Communication in Engineering

00:46:40
Speaker
numerical process? Yeah.
00:46:42
Speaker
I just want you to remember that there's nothing in engineering that doesn't get touched by communication. it's it's There's no such thing as a right answer that is discovered by code. There's no such thing as a correct way to do an analysis without the the act of justifying it both on the front end in terms of assumptions going in and on the back end in terms of its appropriateness.
00:47:10
Speaker
You have to do these things. this is not This is not a domain where there is just a thing that is right and a thing that is wrong at any useful problem scale. This may be true about math problems, but engineering isn't just math problems. Engineering is solving people's problems using math and models and physics and all this stuff, and it all is very complicated. It's all very hand-wavy, right? These models are not wrong. This is the whole some models are... but All models are wrong, but some are useful kind of approach, and that's very true.
00:47:38
Speaker
And all of it comes together into this big soup, which we call an analysis code. But the analysis code's usefulness only extends as far as your ability to convince somebody that it is useful and trustworthy and in many ways intuitive.
00:47:55
Speaker
And if you don't do that through your code commenting, it's not going to happen. ah Running a piece of code in MATLAB and seeing a plot pop out of it is not self-standing. It's not a stable way of analyzing the trustworthiness of this code or this result.
00:48:12
Speaker
It's got to be explained by a human being. It's got to be analyzed and defended and evaluated and has to to withstand the crucible. Contextualized. Yeah, contextualized. It has to be interrogated.
00:48:25
Speaker
And all of that stuff is the stuff that is handled by comments. It's not the code itself. So this is a survival trait. It's also your job security.
00:48:36
Speaker
right So take it seriously. LLMs can write code, but they're not very good at contextualizing why this code is ideal for you right now. It'll just lie to you about that. I mean, it's it at some point, LLMs have to lie. We could have a whole conversation about what LLMs are really doing, but at some point, they will hallucinate.
00:48:58
Speaker
And if they're if they hallucinate at the wrong time about the wrong thing, this is an extreme problem, and that's where you step in. That's where the engineer makes their money in the modern... Problem-solving landscape is making sure that the calling bullshit on LLMs.
00:49:12
Speaker
Yeah. Math is math. Physics is physics. Engineering is human. It's about human problems. Right. and And if there's no right answer, then it's all about the interpretation of your answer.

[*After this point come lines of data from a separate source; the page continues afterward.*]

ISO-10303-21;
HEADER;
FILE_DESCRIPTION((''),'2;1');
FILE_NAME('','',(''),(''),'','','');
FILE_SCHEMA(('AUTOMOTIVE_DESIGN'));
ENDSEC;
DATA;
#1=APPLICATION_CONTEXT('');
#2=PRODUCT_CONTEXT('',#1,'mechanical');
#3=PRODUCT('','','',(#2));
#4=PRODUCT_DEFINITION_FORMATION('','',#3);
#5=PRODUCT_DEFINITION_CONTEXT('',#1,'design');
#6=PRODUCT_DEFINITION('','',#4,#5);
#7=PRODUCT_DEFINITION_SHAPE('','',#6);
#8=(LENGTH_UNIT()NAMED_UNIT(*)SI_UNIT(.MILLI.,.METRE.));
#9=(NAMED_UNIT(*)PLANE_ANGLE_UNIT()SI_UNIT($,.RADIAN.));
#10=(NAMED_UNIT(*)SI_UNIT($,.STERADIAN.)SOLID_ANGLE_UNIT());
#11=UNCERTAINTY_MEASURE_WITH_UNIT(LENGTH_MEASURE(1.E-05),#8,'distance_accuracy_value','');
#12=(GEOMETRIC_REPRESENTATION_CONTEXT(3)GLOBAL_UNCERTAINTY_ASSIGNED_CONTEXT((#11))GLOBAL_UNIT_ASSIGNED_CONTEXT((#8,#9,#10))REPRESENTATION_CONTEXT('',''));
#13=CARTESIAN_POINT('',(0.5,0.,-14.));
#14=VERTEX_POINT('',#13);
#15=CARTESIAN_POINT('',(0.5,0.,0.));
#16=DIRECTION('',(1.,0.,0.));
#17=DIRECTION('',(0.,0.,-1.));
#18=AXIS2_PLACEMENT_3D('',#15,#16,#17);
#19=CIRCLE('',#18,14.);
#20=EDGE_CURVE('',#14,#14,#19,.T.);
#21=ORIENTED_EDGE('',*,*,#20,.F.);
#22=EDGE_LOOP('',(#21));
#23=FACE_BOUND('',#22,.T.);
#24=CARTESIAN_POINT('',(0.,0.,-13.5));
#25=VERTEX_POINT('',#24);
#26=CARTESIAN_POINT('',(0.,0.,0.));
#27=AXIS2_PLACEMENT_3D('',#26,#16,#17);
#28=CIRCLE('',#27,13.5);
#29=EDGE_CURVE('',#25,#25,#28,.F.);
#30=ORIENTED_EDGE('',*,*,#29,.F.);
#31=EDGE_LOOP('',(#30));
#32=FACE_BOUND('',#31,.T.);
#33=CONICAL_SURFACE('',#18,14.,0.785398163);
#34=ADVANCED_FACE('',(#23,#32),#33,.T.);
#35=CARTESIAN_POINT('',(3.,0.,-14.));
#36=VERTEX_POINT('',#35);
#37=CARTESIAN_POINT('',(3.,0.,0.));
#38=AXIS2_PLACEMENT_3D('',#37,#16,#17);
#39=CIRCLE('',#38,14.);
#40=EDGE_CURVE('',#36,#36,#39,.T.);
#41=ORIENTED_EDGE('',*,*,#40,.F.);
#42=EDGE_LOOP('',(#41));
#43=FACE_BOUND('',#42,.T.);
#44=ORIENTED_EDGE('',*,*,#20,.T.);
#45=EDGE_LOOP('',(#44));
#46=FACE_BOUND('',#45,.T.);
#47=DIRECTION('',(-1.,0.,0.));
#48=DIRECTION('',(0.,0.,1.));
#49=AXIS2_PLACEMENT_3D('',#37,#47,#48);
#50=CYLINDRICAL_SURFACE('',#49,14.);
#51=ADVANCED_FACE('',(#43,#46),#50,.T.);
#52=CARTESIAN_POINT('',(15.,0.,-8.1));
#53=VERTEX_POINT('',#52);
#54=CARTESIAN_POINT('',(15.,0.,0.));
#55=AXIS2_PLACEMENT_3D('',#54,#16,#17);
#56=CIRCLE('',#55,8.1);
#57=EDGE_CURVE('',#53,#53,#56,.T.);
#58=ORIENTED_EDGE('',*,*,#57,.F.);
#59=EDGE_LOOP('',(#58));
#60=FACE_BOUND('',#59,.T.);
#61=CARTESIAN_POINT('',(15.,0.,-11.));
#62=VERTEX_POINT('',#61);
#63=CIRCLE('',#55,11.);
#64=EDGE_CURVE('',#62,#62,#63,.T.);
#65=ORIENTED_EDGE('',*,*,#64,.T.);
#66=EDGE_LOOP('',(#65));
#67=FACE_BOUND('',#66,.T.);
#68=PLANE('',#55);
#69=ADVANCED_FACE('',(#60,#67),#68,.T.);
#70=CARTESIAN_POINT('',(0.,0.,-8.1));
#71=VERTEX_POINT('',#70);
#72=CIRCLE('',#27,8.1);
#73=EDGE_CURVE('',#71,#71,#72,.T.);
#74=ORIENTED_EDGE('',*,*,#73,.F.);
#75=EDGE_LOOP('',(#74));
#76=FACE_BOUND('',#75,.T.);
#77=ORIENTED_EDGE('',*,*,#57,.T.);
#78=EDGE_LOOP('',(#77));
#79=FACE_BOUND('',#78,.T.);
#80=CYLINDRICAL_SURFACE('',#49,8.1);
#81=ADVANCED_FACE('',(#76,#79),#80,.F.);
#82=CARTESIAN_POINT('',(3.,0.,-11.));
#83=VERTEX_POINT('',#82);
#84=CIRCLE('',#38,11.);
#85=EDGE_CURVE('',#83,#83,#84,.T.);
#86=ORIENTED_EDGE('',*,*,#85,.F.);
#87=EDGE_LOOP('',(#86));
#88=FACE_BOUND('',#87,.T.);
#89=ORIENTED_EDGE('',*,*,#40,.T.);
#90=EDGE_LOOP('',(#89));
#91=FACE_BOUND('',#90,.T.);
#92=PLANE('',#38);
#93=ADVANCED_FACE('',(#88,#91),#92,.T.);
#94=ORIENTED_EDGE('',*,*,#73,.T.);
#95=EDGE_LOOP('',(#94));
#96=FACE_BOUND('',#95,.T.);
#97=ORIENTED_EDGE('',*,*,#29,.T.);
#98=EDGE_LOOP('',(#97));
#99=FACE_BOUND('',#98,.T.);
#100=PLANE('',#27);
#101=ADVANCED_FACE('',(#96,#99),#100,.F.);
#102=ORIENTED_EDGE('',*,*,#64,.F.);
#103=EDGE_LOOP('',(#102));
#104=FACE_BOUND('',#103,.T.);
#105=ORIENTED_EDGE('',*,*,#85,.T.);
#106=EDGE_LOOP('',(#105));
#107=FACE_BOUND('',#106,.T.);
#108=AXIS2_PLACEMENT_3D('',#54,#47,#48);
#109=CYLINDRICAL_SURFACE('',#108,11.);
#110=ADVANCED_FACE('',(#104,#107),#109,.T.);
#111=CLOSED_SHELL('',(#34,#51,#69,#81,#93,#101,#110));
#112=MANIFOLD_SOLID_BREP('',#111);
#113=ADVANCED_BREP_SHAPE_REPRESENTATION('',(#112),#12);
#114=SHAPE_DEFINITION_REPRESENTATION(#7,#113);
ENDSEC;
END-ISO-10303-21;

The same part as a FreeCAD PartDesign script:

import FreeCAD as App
import Part
import Sketcher
from FreeCAD import Vector


def edges_at(feature, points):
    """Names of the edges that pass closest to the given points."""
    edges = feature.Shape.Edges
    near = lambda p: min(range(len(edges)), key=lambda i: edges[i].distToShape(Part.Vertex(*p))[0])
    return sorted({f"Edge{near(p) + 1}" for p in points})

doc = App.newDocument("Part")
params = doc.addObject("Spreadsheet::Sheet", "Params")
for row, (alias, value) in enumerate([
    ("sketch1_diameter", "28 mm"),
    ("sketch1_diameter2", "16.2 mm"),
    ("pad1_length", "3 mm"),
    ("sketch2_diameter", "22 mm"),
    ("sketch2_diameter2", "16.2 mm"),
    ("pad2_length", "12 mm"),
    ("chamfer_size", "0.5 mm"),
], start=1):
    params.set(f"A{row}", alias)
    params.set(f"B{row}", "=" + value)
    params.setAlias(f"B{row}", alias)

body = doc.addObject("PartDesign::Body", "Body")

# Sketch on YZ plane
sketch1 = body.newObject("Sketcher::SketchObject", "Sketch")
sketch1.AttachmentSupport = (doc.getObject("YZ_Plane"), [""])
sketch1.MapMode = "FlatFace"
sketch1.addGeometry(Part.Circle(Vector(0, 0, 0), Vector(0, 0, 1), 14), False)
sketch1.addGeometry(Part.Circle(Vector(0, 0, 0), Vector(0, 0, 1), 8), False)
sketch1.addConstraint(Sketcher.Constraint("Coincident", 0, 3, -1, 1))
sketch1.addConstraint(Sketcher.Constraint("Coincident", 1, 3, -1, 1))
sketch1.addConstraint(Sketcher.Constraint("Diameter", 0, 28.0))
sketch1.addConstraint(Sketcher.Constraint("Diameter", 1, 16.2))
sketch1.setExpression("Constraints[2]", "Params.sketch1_diameter")
sketch1.setExpression("Constraints[3]", "Params.sketch1_diameter2")
pad1 = body.newObject("PartDesign::Pad", "Pad")
pad1.Profile = sketch1
pad1.setExpression("Length", "Params.pad1_length")

# Sketch on YZ plane
sketch2 = body.newObject("Sketcher::SketchObject", "Sketch001")
sketch2.AttachmentSupport = (doc.getObject("YZ_Plane"), [""])
sketch2.MapMode = "FlatFace"
sketch2.AttachmentOffset = App.Placement(Vector(0, 0, 3), App.Rotation())
sketch2.addGeometry(Part.Circle(Vector(0, 0, 0), Vector(0, 0, 1), 11), False)
sketch2.addGeometry(Part.Circle(Vector(0, 0, 0), Vector(0, 0, 1), 8), False)
sketch2.addConstraint(Sketcher.Constraint("Coincident", 0, 3, -1, 1))
sketch2.addConstraint(Sketcher.Constraint("Coincident", 1, 3, -1, 1))
sketch2.addConstraint(Sketcher.Constraint("Diameter", 0, 22.0))
sketch2.addConstraint(Sketcher.Constraint("Diameter", 1, 16.2))
sketch2.setExpression("Constraints[2]", "Params.sketch2_diameter")
sketch2.setExpression("Constraints[3]", "Params.sketch2_diameter2")
pad2 = body.newObject("PartDesign::Pad", "Pad001")
pad2.Profile = sketch2
pad2.setExpression("Length", "Params.pad2_length")
doc.recompute()

chamfer = body.newObject("PartDesign::Chamfer", "Chamfer")
chamfer.Base = (pad2, edges_at(pad2, [(0, 0, 14)]))
chamfer.setExpression("Size", "Params.chamfer_size")

doc.recompute()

Final Thoughts and Encouragement

00:49:26
Speaker
And that's communication. And that's what coding, commenting is all about, is interpretation of your code. So there are a million other little kind of axiomatic pieces of wisdom about how to structure things, how to name variables, all these really...
00:49:42
Speaker
interesting kind of mini practices within the practice of commenting. But all of that is just splitting hairs. And you can find style guides on that kind of stuff. You can find threads on Reddit.
00:49:53
Speaker
Or even once you are employed, your employer might have ah a particular way that they like it done. Yeah, they might differ between bosses. There might be a style guide somewhere. But for the most part, you, first of all, need to find all that stuff out the hard way, which is making mistakes and having somebody correct you.
00:50:09
Speaker
But you have to do it. Because if you don't do it, again, your boss will be mad and you'll be fired. And also, no one will trust any of your work. And your code will die or be left on the shelf. it's yeah Again, it's sad to think that you spent time building this thing.
00:50:26
Speaker
And just like an a an artist would build something. It's like making a cake that's never eaten. yeah That sucks. you know and And it doesn't feel good for anybody. People who don't get to eat the cake and the baker.
00:50:39
Speaker
Well, thank you so much for being with us today, David. Yeah, thank you, Jill. I really enjoyed this, and I hope that everybody writes comments for their code. That's it. That's all I want. Please.